**What to work on**:
Return all lines from the listing below that include the word "VECTOR".

**Supplied records**:
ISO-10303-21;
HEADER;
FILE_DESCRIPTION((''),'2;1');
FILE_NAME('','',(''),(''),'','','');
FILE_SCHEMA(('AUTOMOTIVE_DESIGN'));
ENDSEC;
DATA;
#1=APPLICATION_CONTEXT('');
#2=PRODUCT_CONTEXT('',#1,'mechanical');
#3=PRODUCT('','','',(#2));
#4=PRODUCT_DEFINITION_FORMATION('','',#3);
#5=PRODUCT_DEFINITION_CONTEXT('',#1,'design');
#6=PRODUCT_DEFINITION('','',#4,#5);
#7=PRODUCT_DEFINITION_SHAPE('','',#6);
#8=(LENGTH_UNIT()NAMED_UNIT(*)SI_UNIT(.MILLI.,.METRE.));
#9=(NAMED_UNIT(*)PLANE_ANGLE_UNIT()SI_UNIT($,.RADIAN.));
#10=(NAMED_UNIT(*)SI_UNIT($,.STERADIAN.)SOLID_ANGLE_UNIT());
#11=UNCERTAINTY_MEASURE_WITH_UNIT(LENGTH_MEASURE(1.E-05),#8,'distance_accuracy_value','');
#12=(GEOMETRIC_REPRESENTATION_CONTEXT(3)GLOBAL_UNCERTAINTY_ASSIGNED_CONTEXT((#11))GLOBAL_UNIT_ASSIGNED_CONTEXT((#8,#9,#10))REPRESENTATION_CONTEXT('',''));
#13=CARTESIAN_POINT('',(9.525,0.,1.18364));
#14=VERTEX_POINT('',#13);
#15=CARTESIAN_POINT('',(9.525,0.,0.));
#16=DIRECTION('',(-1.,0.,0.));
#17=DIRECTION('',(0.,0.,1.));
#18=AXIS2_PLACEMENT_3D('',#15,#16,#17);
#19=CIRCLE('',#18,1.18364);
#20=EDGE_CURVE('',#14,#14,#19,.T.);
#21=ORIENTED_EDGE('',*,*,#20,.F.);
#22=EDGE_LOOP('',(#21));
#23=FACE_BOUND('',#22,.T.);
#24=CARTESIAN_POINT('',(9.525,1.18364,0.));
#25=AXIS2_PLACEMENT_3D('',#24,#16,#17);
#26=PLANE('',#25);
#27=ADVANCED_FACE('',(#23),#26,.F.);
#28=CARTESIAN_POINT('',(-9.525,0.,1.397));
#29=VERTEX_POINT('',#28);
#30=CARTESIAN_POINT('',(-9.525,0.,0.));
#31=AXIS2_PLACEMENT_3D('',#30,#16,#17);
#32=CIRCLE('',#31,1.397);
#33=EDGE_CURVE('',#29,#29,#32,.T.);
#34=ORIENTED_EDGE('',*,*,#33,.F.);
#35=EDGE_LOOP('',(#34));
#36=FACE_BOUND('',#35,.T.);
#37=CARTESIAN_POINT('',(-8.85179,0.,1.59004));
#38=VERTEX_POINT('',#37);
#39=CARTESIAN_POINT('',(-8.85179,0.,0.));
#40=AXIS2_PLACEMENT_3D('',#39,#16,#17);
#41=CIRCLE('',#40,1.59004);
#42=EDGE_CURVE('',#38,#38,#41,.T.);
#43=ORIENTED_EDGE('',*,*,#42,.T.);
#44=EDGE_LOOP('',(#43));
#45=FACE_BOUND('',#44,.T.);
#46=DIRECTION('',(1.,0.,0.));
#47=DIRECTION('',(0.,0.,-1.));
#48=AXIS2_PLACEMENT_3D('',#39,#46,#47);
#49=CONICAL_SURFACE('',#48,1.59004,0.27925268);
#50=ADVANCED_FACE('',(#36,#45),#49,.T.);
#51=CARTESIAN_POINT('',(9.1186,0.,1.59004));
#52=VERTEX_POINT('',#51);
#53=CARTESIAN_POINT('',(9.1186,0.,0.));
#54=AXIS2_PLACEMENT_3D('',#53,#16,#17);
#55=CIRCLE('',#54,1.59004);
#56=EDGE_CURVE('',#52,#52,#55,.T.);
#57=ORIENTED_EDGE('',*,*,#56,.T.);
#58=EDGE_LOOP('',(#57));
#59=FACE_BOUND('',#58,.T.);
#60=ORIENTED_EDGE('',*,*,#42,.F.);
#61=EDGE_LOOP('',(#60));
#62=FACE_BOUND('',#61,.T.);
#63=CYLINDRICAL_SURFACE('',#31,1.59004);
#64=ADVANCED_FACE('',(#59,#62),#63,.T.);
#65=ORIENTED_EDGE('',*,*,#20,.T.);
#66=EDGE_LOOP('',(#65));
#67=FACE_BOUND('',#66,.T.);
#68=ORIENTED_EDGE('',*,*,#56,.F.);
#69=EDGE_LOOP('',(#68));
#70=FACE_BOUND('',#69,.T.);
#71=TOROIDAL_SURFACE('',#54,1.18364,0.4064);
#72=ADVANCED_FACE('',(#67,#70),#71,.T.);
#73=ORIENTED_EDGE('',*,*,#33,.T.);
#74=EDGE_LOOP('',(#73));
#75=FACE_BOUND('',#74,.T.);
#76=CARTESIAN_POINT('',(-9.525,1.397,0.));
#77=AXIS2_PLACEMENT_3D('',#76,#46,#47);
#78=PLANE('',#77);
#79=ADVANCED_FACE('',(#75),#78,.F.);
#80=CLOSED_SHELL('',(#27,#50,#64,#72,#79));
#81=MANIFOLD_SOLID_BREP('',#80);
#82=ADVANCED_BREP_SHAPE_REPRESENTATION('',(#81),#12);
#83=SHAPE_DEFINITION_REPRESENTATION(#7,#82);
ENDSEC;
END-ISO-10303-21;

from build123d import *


with BuildPart() as part:
    # Sketch3 → Revolve1 (revolve)
    with BuildSketch(Plane.XY, mode=Mode.PRIVATE) as revolve1_sk:
        with BuildLine():
            Line((9.525, 1.18364), (9.525, 0))
            Line((9.525, 0), (-9.525, 0))
            Line((-9.525, 0), (-9.525, 1.397))
            Line((-9.525, 1.397), (-8.851789516, 1.59004))
            Line((-8.851789516, 1.59004), (9.1186, 1.59004))
            ThreePointArc((9.1186, 1.59004), (9.405968196, 1.471008196), (9.525, 1.18364))
        make_face()
    revolve(revolve1_sk.sketch.rotate(Axis((-9.525, 0, 0), (1, 0, 0)), 90), axis=Axis((-9.525, 0, 0), (1, 0, 0)))


solid = part.part
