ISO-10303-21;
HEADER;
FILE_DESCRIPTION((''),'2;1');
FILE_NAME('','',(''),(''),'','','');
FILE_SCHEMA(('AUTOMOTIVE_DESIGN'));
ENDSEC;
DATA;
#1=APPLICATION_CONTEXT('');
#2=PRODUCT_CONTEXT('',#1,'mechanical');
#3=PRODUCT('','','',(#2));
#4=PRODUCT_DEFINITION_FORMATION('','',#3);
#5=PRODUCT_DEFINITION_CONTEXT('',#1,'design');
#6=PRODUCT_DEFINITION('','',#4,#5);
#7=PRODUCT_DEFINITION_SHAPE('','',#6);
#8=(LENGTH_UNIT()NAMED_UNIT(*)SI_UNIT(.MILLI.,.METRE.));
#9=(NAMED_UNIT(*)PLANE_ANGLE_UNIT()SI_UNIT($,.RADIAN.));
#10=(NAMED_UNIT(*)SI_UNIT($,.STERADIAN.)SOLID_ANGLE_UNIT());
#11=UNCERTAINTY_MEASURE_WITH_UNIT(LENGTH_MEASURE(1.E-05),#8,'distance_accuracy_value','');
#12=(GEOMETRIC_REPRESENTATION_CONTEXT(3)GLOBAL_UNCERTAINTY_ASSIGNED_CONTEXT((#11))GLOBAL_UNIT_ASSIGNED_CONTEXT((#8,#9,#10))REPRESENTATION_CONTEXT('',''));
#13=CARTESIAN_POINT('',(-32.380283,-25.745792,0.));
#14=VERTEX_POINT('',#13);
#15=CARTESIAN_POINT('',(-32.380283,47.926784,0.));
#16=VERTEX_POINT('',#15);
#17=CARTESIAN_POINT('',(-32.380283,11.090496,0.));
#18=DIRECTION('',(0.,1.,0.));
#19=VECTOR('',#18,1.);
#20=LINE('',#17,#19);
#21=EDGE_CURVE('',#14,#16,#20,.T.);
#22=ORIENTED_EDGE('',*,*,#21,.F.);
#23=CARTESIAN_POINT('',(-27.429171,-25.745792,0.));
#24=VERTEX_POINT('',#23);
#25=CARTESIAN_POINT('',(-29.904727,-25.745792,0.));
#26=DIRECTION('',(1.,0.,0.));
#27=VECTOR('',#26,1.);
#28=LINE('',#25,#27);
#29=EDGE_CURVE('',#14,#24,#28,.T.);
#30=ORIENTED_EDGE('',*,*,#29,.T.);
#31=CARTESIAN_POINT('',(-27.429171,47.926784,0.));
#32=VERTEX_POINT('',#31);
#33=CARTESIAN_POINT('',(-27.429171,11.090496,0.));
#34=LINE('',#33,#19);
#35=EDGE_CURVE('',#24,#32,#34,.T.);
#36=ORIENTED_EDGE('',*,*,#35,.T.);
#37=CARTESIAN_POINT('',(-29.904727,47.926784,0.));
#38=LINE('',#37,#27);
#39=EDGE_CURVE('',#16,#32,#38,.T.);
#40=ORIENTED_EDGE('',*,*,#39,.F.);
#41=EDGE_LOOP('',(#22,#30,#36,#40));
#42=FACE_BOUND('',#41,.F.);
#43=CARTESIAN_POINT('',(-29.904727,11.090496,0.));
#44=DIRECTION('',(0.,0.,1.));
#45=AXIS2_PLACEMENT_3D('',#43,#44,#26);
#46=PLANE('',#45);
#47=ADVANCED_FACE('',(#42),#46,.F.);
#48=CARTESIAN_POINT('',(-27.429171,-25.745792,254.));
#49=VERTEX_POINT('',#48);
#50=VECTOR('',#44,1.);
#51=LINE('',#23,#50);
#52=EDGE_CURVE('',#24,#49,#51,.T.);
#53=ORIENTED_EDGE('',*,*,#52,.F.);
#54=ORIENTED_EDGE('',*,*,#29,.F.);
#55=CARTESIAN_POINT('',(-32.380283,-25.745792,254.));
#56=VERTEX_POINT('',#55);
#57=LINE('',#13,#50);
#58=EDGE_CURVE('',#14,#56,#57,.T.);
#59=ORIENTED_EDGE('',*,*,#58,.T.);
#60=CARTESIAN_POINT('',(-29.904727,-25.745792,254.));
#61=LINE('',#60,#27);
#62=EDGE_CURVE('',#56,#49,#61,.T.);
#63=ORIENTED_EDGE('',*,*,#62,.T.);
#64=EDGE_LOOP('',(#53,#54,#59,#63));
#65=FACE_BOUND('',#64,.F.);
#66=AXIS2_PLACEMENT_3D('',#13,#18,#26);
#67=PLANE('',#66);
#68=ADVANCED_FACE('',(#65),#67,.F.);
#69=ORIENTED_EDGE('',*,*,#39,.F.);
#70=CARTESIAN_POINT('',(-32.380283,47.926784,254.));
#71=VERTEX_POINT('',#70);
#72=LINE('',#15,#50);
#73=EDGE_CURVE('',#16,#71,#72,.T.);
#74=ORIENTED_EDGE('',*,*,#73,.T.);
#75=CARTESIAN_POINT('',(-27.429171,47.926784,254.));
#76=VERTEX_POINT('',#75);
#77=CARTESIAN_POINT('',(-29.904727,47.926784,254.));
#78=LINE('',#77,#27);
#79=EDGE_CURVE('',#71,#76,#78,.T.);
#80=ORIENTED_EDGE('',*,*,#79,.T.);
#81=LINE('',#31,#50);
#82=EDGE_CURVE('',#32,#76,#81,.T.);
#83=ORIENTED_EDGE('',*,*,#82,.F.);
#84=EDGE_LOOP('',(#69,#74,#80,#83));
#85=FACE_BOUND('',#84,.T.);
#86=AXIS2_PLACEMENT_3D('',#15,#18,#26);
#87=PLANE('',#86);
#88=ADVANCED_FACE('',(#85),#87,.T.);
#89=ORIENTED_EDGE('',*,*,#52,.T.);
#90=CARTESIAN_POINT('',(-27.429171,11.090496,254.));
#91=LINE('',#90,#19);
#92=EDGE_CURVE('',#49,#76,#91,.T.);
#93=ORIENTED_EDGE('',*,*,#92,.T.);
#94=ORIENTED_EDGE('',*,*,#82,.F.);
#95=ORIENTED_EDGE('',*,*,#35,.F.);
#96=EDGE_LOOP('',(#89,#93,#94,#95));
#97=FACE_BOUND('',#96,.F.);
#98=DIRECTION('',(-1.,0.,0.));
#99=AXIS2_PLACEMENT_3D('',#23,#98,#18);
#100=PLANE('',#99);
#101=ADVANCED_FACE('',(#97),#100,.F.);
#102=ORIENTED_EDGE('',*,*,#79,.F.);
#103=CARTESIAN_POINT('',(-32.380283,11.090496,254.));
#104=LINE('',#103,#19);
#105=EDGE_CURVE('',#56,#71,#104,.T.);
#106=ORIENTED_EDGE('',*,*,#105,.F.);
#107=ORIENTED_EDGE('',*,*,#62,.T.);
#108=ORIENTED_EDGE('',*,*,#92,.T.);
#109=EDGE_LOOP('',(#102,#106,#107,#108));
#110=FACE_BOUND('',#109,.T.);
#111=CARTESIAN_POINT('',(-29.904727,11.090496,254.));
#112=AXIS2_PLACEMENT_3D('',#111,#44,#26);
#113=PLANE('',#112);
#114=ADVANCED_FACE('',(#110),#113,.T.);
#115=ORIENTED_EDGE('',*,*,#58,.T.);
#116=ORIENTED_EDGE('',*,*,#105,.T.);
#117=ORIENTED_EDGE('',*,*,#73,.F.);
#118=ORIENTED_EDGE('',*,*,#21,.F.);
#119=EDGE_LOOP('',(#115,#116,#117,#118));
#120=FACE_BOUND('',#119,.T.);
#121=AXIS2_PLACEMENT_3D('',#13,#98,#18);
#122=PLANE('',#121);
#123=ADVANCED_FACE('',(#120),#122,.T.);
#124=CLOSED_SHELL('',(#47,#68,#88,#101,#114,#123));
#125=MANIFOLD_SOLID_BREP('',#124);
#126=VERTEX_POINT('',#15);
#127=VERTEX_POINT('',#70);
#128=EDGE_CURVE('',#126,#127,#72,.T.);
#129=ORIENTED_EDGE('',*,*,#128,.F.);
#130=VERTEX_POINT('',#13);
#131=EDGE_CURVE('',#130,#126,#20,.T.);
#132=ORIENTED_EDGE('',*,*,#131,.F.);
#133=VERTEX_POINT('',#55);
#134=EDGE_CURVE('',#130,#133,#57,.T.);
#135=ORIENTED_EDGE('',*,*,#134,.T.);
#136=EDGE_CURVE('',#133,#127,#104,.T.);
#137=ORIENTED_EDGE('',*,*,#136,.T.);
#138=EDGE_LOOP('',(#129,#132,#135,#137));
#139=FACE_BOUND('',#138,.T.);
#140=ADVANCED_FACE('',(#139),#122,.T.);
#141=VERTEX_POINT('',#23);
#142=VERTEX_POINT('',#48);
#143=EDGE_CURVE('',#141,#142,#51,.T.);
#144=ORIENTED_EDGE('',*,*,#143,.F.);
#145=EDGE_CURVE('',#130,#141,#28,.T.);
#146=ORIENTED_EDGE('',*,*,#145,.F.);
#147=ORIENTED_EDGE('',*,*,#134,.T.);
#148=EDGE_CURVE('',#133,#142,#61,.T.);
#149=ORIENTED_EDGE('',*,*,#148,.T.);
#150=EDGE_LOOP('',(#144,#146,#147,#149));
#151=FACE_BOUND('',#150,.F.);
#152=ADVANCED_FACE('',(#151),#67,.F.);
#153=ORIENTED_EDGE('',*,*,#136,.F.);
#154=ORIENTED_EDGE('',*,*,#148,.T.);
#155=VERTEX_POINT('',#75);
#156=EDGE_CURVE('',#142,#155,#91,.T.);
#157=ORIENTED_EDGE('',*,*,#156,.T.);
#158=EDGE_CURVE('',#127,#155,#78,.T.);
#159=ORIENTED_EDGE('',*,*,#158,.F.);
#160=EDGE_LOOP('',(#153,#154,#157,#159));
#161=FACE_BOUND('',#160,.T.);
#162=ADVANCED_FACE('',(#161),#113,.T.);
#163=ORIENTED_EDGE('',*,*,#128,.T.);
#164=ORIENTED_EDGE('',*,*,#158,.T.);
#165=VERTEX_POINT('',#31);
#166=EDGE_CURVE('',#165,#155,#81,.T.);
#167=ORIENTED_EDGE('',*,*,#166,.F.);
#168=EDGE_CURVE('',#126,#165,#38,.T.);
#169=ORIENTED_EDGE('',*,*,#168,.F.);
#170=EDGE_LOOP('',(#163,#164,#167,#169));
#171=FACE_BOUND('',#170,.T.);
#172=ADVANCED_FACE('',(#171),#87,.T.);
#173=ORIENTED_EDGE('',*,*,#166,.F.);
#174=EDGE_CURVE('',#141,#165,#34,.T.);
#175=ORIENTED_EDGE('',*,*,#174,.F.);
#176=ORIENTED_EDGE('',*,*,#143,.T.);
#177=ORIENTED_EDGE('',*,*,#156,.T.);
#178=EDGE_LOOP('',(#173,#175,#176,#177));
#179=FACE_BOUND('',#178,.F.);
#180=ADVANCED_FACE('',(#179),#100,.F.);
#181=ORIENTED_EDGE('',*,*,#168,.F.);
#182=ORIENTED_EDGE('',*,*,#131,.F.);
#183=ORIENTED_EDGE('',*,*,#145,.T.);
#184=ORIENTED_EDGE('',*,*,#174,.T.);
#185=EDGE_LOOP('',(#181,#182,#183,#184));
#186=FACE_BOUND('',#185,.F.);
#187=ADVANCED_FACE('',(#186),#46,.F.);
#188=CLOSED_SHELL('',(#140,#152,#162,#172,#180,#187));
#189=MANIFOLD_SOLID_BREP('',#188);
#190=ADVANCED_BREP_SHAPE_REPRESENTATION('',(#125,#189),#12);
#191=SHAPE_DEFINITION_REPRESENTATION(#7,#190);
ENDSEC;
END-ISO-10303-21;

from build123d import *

# Parameters (mm, degrees)
F0_W     = 4.9511119723
F0_H     = 73.6725758761
F2_DEPTH = 254
F1_W     = 4.9511119723
F1_H     = 73.6725758761


with BuildPart() as f2:
    # F0 (on Top) → F2 (new body)
    with BuildSketch(Plane.XY):
        with Locations((-29.9047268927, 11.0904956236)):
            Rectangle(F0_W, F0_H)
    extrude(amount=F2_DEPTH)


with BuildPart() as f2b:
    # F1 (on face) → F2, piece 2 (new body)
    with BuildSketch(Plane.XY):
        with Locations((-29.9047268927, 11.0904956236)):
            Rectangle(F1_W, F1_H)
    extrude(amount=F2_DEPTH)


solid = Compound([f2.part, f2b.part])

**Answer box**:
#19=VECTOR('',#18,1.);
#27=VECTOR('',#26,1.);
#50=VECTOR('',#44,1.);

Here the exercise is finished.